Action item: The answer is to be an exact copy of the lines below running from the line with "face CYL(AX(P(0,2.5,0),D(0,1,0),D(0,0,1)),23.2) rev [e9" down to the line with "v20 (-40,5,-30)", both ends included, and nothing more.

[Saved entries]
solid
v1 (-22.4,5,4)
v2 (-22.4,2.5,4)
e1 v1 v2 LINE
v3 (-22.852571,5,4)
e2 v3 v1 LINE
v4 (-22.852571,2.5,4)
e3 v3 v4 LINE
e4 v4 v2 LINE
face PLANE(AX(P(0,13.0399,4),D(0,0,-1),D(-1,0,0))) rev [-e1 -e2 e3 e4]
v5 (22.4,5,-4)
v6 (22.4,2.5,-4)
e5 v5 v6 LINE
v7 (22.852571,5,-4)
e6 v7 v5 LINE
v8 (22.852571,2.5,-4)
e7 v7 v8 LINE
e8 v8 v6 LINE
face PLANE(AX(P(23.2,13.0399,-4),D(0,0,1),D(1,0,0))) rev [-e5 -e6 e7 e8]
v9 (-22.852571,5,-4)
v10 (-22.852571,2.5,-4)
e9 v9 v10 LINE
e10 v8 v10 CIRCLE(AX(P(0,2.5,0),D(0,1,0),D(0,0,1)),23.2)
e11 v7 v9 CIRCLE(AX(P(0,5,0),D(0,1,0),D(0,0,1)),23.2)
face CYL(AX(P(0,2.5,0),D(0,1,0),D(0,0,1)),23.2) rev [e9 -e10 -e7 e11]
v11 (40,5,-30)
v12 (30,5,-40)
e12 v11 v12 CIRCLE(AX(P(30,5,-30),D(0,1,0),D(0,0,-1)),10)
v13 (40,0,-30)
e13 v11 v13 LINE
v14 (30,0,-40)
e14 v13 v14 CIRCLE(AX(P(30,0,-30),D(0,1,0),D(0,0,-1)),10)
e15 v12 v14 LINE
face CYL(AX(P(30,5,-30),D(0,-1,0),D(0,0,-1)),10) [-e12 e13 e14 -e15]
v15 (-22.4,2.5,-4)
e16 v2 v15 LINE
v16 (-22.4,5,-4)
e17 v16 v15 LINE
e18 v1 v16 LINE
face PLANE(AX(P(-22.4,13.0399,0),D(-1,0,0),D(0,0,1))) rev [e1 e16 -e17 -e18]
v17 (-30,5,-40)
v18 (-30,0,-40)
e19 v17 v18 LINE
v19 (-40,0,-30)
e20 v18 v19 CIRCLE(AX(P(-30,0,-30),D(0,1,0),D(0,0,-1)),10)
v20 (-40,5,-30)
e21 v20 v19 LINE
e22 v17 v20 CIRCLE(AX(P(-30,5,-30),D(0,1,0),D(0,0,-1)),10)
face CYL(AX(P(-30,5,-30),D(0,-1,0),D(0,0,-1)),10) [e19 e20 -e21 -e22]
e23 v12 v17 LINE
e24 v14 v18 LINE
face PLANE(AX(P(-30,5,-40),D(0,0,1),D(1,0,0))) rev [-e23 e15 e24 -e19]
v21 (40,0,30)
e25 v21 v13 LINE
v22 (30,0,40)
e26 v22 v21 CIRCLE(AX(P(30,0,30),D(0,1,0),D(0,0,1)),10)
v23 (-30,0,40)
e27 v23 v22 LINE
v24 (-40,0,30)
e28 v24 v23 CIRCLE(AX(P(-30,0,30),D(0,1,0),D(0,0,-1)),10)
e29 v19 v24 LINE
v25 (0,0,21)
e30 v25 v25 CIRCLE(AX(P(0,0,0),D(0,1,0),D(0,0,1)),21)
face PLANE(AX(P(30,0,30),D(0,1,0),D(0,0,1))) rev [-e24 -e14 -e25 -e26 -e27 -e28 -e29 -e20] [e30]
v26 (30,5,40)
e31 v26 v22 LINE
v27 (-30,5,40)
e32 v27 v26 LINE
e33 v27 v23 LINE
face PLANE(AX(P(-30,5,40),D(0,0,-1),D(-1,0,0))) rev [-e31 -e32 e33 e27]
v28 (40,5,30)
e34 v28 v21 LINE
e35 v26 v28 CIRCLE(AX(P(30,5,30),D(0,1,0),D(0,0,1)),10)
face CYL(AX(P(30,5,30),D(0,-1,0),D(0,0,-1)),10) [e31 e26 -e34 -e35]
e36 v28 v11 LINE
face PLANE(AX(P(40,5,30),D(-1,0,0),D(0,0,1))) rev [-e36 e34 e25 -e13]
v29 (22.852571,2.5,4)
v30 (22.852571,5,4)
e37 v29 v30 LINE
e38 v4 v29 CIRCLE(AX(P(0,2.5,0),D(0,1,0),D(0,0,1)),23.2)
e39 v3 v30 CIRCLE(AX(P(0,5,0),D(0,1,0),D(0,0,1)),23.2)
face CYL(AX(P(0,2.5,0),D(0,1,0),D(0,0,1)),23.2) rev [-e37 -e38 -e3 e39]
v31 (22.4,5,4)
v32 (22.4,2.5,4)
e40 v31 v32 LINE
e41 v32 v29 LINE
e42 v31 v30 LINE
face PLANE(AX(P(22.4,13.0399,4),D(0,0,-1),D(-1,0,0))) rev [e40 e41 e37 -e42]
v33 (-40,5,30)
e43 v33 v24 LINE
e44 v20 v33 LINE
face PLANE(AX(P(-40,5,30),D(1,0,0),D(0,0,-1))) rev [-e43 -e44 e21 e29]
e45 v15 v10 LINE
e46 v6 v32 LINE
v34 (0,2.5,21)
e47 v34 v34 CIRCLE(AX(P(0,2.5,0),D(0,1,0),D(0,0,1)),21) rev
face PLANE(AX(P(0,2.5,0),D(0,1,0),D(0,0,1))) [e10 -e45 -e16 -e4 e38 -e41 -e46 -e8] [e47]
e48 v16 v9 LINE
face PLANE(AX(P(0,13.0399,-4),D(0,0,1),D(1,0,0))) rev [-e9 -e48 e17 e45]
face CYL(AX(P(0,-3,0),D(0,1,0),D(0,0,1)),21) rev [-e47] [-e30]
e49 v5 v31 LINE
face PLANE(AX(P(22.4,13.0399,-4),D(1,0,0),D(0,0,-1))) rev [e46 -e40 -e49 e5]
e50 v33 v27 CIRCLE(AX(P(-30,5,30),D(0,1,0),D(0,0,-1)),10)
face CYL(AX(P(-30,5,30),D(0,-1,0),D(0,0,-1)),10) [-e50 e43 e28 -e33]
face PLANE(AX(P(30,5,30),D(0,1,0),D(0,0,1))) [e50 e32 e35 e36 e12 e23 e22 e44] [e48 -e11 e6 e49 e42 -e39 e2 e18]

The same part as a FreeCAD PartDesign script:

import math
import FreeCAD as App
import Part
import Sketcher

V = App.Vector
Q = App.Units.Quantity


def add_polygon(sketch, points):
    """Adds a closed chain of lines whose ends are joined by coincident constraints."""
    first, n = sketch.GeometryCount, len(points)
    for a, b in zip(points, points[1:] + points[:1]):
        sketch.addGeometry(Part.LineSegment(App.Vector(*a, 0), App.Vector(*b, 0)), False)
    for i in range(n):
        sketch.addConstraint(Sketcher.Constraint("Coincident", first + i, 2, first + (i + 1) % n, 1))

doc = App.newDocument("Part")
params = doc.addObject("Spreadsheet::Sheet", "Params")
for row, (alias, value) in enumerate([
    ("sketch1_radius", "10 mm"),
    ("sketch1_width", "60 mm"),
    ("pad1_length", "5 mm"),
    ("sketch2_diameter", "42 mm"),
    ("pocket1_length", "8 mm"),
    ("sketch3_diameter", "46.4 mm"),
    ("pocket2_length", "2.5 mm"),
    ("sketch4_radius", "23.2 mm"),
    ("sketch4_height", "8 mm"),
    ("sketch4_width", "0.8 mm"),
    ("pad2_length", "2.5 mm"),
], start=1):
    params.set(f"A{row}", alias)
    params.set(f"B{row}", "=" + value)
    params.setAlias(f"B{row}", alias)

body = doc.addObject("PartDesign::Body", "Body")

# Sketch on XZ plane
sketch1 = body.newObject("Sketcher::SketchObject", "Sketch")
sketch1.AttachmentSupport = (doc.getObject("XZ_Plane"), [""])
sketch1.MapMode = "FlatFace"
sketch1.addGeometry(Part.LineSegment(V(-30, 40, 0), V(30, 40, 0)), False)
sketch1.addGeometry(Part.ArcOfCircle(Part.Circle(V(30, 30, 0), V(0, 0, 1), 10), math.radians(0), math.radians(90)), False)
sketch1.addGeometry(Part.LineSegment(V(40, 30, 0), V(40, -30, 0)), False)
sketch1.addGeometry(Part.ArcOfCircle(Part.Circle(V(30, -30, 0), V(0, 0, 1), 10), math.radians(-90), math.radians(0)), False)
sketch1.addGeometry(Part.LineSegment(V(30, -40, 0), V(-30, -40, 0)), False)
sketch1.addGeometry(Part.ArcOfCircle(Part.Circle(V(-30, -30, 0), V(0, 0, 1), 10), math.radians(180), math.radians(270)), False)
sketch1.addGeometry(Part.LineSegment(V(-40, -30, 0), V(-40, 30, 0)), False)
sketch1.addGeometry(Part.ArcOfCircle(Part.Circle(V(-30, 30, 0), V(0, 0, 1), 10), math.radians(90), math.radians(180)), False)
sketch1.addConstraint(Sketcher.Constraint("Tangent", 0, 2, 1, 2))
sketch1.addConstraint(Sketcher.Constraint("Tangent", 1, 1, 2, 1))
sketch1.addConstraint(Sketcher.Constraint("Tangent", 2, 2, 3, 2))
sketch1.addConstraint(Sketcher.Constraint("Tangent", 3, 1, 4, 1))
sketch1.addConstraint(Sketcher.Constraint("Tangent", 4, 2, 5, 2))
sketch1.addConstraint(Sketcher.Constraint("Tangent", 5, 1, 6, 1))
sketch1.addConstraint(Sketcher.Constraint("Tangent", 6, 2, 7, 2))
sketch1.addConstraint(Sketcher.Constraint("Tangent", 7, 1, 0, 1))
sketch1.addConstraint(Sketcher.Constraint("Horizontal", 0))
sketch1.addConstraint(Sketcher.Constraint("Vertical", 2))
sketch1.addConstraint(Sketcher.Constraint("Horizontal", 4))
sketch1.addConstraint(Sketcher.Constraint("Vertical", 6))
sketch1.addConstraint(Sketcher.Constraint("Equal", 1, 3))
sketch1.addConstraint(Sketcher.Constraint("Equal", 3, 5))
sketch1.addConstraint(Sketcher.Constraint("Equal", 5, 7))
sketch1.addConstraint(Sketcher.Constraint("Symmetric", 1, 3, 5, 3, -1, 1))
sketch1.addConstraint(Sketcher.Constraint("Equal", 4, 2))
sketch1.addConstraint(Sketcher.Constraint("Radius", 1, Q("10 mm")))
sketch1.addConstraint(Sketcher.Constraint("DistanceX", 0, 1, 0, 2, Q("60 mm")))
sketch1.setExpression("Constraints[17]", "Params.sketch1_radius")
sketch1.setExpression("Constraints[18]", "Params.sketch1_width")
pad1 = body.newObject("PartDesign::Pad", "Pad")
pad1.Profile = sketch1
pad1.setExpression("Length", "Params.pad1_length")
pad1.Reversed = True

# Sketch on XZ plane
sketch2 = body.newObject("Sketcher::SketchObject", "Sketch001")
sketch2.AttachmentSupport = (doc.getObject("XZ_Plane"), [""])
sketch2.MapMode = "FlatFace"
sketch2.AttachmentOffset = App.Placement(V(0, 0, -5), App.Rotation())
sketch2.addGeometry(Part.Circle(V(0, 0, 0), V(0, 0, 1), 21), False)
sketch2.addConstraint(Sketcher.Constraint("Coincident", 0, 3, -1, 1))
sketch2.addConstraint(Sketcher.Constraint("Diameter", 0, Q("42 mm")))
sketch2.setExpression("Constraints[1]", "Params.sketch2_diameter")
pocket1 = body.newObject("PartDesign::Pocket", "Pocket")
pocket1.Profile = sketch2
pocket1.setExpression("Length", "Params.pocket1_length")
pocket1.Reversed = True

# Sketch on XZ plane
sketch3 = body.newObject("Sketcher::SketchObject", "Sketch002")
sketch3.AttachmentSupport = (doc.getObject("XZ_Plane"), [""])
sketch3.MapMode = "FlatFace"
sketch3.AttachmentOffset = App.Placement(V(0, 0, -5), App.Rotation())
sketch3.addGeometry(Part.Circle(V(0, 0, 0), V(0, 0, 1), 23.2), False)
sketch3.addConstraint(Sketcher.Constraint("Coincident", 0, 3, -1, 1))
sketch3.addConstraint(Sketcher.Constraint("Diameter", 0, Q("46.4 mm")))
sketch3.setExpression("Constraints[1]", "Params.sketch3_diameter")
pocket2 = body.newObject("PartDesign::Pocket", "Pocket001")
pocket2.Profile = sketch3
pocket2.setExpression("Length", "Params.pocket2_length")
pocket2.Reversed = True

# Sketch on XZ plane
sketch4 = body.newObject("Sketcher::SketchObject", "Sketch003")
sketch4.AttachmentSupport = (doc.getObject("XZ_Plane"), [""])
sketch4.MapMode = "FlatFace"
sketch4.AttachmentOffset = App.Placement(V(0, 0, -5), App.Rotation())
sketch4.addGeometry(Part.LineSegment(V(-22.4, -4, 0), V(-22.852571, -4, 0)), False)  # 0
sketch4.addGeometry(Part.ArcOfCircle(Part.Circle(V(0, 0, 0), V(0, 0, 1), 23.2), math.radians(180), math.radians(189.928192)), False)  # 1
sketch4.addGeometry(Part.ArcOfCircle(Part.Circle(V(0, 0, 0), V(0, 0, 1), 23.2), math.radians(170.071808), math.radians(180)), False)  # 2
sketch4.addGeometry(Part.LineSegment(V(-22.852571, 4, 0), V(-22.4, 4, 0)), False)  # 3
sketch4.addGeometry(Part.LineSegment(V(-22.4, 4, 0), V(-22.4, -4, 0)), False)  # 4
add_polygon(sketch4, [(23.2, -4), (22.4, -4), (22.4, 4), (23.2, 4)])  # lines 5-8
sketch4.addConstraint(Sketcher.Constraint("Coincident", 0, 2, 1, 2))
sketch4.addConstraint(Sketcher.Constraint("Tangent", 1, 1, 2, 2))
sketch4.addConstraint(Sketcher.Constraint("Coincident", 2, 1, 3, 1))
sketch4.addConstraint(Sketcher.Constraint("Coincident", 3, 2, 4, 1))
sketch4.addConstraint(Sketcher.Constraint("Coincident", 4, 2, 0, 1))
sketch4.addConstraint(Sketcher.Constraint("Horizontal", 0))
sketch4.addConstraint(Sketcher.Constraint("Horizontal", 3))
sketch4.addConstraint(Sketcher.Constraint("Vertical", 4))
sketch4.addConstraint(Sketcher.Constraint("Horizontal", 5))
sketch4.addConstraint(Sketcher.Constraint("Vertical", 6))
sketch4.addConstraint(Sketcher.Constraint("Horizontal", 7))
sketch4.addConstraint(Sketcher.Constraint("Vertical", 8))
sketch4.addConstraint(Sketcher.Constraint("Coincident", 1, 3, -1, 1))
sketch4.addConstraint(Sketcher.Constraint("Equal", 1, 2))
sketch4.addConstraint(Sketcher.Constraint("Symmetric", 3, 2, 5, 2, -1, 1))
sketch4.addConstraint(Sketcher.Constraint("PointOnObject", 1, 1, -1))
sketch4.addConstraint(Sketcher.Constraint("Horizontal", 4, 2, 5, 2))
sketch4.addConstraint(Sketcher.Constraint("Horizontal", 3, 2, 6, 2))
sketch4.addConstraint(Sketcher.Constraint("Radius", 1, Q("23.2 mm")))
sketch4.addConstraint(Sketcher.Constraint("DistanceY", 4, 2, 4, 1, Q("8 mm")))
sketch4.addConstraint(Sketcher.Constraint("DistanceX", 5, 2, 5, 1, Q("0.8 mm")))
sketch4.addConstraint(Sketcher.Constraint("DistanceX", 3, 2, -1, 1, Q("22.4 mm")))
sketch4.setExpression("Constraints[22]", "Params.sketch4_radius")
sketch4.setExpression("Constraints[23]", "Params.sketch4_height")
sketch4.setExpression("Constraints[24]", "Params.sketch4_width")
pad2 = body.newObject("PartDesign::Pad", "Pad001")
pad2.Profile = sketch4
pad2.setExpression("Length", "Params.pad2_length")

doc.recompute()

Answer:
face CYL(AX(P(0,2.5,0),D(0,1,0),D(0,0,1)),23.2) rev [e9 -e10 -e7 e11]
v11 (40,5,-30)
v12 (30,5,-40)
e12 v11 v12 CIRCLE(AX(P(30,5,-30),D(0,1,0),D(0,0,-1)),10)
v13 (40,0,-30)
e13 v11 v13 LINE
v14 (30,0,-40)
e14 v13 v14 CIRCLE(AX(P(30,0,-30),D(0,1,0),D(0,0,-1)),10)
e15 v12 v14 LINE
face CYL(AX(P(30,5,-30),D(0,-1,0),D(0,0,-1)),10) [-e12 e13 e14 -e15]
v15 (-22.4,2.5,-4)
e16 v2 v15 LINE
v16 (-22.4,5,-4)
e17 v16 v15 LINE
e18 v1 v16 LINE
face PLANE(AX(P(-22.4,13.0399,0),D(-1,0,0),D(0,0,1))) rev [e1 e16 -e17 -e18]
v17 (-30,5,-40)
v18 (-30,0,-40)
e19 v17 v18 LINE
v19 (-40,0,-30)
e20 v18 v19 CIRCLE(AX(P(-30,0,-30),D(0,1,0),D(0,0,-1)),10)
v20 (-40,5,-30)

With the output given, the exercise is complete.